- Task details -
Provide again, from the entries below, every line from the one containing "f 312 383 384" through the one containing "f 455 489 490", exactly as written, and no other line.
Given data START
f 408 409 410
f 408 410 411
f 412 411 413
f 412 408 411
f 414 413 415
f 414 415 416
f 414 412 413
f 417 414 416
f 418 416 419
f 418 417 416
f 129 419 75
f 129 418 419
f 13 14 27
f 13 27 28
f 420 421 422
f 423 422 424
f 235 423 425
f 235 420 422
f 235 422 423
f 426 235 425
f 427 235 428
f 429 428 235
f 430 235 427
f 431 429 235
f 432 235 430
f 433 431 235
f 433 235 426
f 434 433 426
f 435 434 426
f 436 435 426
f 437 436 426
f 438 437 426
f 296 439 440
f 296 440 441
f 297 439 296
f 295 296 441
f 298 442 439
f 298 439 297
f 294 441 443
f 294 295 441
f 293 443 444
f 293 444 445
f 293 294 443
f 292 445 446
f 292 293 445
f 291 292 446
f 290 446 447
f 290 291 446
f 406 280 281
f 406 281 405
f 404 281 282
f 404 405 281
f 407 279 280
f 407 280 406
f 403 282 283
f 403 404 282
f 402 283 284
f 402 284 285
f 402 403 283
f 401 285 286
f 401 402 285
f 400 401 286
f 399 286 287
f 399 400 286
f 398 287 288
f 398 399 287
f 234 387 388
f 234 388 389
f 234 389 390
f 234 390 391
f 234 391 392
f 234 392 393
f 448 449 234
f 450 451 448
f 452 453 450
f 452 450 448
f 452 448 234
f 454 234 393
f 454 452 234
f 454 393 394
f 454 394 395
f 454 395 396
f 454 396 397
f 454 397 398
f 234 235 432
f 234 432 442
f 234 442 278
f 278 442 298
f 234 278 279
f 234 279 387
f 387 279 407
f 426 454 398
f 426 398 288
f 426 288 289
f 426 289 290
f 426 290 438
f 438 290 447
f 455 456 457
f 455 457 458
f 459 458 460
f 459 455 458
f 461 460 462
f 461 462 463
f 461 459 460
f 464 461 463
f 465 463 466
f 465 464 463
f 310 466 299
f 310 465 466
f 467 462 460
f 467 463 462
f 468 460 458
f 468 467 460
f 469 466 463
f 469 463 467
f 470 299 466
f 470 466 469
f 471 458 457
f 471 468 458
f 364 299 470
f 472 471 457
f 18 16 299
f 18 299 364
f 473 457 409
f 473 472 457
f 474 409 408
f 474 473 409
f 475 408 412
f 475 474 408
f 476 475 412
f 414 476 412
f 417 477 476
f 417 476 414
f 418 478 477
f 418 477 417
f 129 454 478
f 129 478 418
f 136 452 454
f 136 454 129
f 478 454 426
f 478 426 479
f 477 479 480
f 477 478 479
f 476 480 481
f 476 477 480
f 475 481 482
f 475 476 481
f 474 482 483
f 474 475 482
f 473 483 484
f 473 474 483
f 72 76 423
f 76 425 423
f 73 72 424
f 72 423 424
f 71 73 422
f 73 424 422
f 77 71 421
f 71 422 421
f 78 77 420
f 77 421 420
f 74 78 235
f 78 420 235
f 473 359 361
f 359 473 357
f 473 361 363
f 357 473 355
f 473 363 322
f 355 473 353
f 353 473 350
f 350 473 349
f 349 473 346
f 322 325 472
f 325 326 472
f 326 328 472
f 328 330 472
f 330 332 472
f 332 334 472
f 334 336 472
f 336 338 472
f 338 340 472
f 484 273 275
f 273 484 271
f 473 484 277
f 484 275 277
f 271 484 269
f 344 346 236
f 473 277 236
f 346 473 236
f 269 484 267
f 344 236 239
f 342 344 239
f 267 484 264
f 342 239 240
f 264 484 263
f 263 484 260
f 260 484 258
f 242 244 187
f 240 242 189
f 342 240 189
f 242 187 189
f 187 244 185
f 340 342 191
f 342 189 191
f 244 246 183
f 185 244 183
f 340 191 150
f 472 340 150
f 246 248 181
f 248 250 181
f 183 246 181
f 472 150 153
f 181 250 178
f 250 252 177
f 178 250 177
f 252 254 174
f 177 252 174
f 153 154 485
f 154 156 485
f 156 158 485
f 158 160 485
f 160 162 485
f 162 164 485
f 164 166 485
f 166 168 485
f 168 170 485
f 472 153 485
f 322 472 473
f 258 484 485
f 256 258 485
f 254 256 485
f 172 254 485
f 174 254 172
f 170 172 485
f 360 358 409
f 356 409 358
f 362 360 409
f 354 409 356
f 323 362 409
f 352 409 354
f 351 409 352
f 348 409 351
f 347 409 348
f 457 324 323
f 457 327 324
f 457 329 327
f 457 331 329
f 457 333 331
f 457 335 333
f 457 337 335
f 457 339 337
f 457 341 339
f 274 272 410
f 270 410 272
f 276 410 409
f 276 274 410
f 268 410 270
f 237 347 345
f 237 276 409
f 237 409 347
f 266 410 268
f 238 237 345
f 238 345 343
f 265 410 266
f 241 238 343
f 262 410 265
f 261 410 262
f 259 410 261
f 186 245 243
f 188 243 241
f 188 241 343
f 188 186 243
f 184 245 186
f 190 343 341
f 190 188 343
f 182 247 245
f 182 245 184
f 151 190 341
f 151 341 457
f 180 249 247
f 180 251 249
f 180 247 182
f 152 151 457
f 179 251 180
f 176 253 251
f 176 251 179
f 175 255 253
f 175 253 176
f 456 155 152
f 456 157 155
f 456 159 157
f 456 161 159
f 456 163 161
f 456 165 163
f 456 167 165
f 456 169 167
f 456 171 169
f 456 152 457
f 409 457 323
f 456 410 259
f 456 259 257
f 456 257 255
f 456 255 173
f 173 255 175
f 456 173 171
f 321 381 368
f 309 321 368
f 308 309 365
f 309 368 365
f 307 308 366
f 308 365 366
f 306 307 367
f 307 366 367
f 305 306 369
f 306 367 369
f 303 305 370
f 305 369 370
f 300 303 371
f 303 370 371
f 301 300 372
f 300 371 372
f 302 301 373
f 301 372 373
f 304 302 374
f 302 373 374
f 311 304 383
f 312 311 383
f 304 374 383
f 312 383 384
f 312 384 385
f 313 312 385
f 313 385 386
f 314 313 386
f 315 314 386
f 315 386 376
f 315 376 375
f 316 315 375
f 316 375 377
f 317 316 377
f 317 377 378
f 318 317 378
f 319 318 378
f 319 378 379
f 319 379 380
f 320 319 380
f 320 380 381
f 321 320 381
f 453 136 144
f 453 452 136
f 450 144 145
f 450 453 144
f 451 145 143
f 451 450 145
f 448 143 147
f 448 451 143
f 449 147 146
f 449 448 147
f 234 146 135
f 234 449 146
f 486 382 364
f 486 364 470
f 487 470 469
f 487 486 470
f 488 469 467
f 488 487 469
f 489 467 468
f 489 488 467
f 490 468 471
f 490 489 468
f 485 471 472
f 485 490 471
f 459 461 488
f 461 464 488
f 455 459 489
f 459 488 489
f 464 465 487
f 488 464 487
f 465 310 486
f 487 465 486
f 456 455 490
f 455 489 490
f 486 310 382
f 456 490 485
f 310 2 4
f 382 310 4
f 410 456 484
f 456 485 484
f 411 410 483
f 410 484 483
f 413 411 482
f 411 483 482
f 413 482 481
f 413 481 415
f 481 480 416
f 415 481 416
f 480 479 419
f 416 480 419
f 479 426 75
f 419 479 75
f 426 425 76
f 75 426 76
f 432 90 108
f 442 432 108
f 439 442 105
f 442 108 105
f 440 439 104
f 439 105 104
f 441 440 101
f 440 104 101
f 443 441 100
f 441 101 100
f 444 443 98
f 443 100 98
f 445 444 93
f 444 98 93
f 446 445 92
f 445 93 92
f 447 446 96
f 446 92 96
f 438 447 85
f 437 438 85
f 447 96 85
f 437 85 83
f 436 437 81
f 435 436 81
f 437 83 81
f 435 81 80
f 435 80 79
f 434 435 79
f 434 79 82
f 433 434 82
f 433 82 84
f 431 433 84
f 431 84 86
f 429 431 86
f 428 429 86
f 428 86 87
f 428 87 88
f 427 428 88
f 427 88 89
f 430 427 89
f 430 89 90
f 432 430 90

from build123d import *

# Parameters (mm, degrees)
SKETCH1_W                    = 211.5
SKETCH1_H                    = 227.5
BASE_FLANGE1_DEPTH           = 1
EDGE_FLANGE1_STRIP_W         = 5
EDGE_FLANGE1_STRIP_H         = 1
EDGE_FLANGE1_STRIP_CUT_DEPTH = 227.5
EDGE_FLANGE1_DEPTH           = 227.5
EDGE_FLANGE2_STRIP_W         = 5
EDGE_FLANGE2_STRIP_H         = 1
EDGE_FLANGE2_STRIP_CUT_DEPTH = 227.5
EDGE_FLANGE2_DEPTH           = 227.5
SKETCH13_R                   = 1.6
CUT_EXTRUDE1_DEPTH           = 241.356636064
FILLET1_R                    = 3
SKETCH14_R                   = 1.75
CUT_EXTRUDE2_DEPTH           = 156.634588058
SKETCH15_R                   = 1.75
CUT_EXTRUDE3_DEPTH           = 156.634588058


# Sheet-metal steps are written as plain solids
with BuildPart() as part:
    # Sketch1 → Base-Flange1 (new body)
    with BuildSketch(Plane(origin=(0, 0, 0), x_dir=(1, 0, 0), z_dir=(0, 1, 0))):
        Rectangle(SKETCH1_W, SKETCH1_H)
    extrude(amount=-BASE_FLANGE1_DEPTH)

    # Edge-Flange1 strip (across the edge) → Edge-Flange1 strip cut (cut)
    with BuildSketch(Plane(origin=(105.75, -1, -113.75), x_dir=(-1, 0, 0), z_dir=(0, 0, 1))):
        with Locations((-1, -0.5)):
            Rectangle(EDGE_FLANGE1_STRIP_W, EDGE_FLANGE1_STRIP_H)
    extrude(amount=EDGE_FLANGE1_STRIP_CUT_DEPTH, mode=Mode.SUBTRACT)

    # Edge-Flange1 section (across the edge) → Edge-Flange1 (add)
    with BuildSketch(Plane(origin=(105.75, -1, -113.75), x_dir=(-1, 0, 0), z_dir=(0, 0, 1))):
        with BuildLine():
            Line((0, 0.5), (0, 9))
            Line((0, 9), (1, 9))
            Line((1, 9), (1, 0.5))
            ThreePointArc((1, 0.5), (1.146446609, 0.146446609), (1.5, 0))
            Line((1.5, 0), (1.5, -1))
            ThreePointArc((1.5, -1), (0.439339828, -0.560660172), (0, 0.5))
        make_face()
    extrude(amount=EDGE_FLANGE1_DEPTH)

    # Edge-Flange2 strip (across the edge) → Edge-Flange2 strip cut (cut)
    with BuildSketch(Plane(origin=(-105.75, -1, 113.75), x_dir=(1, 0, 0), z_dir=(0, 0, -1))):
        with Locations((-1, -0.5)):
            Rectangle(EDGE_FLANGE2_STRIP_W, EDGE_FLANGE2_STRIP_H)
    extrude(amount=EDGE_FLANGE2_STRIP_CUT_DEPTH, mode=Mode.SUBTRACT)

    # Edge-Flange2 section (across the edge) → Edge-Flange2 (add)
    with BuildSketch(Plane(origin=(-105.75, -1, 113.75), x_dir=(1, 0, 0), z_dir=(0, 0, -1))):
Given data END
- Problem solution -
f 312 383 384
f 312 384 385
f 313 312 385
f 313 385 386
f 314 313 386
f 315 314 386
f 315 386 376
f 315 376 375
f 316 315 375
f 316 375 377
f 317 316 377
f 317 377 378
f 318 317 378
f 319 318 378
f 319 378 379
f 319 379 380
f 320 319 380
f 320 380 381
f 321 320 381
f 453 136 144
f 453 452 136
f 450 144 145
f 450 453 144
f 451 145 143
f 451 450 145
f 448 143 147
f 448 451 143
f 449 147 146
f 449 448 147
f 234 146 135
f 234 449 146
f 486 382 364
f 486 364 470
f 487 470 469
f 487 486 470
f 488 469 467
f 488 487 469
f 489 467 468
f 489 488 467
f 490 468 471
f 490 489 468
f 485 471 472
f 485 490 471
f 459 461 488
f 461 464 488
f 455 459 489
f 459 488 489
f 464 465 487
f 488 464 487
f 465 310 486
f 487 465 486
f 456 455 490
f 455 489 490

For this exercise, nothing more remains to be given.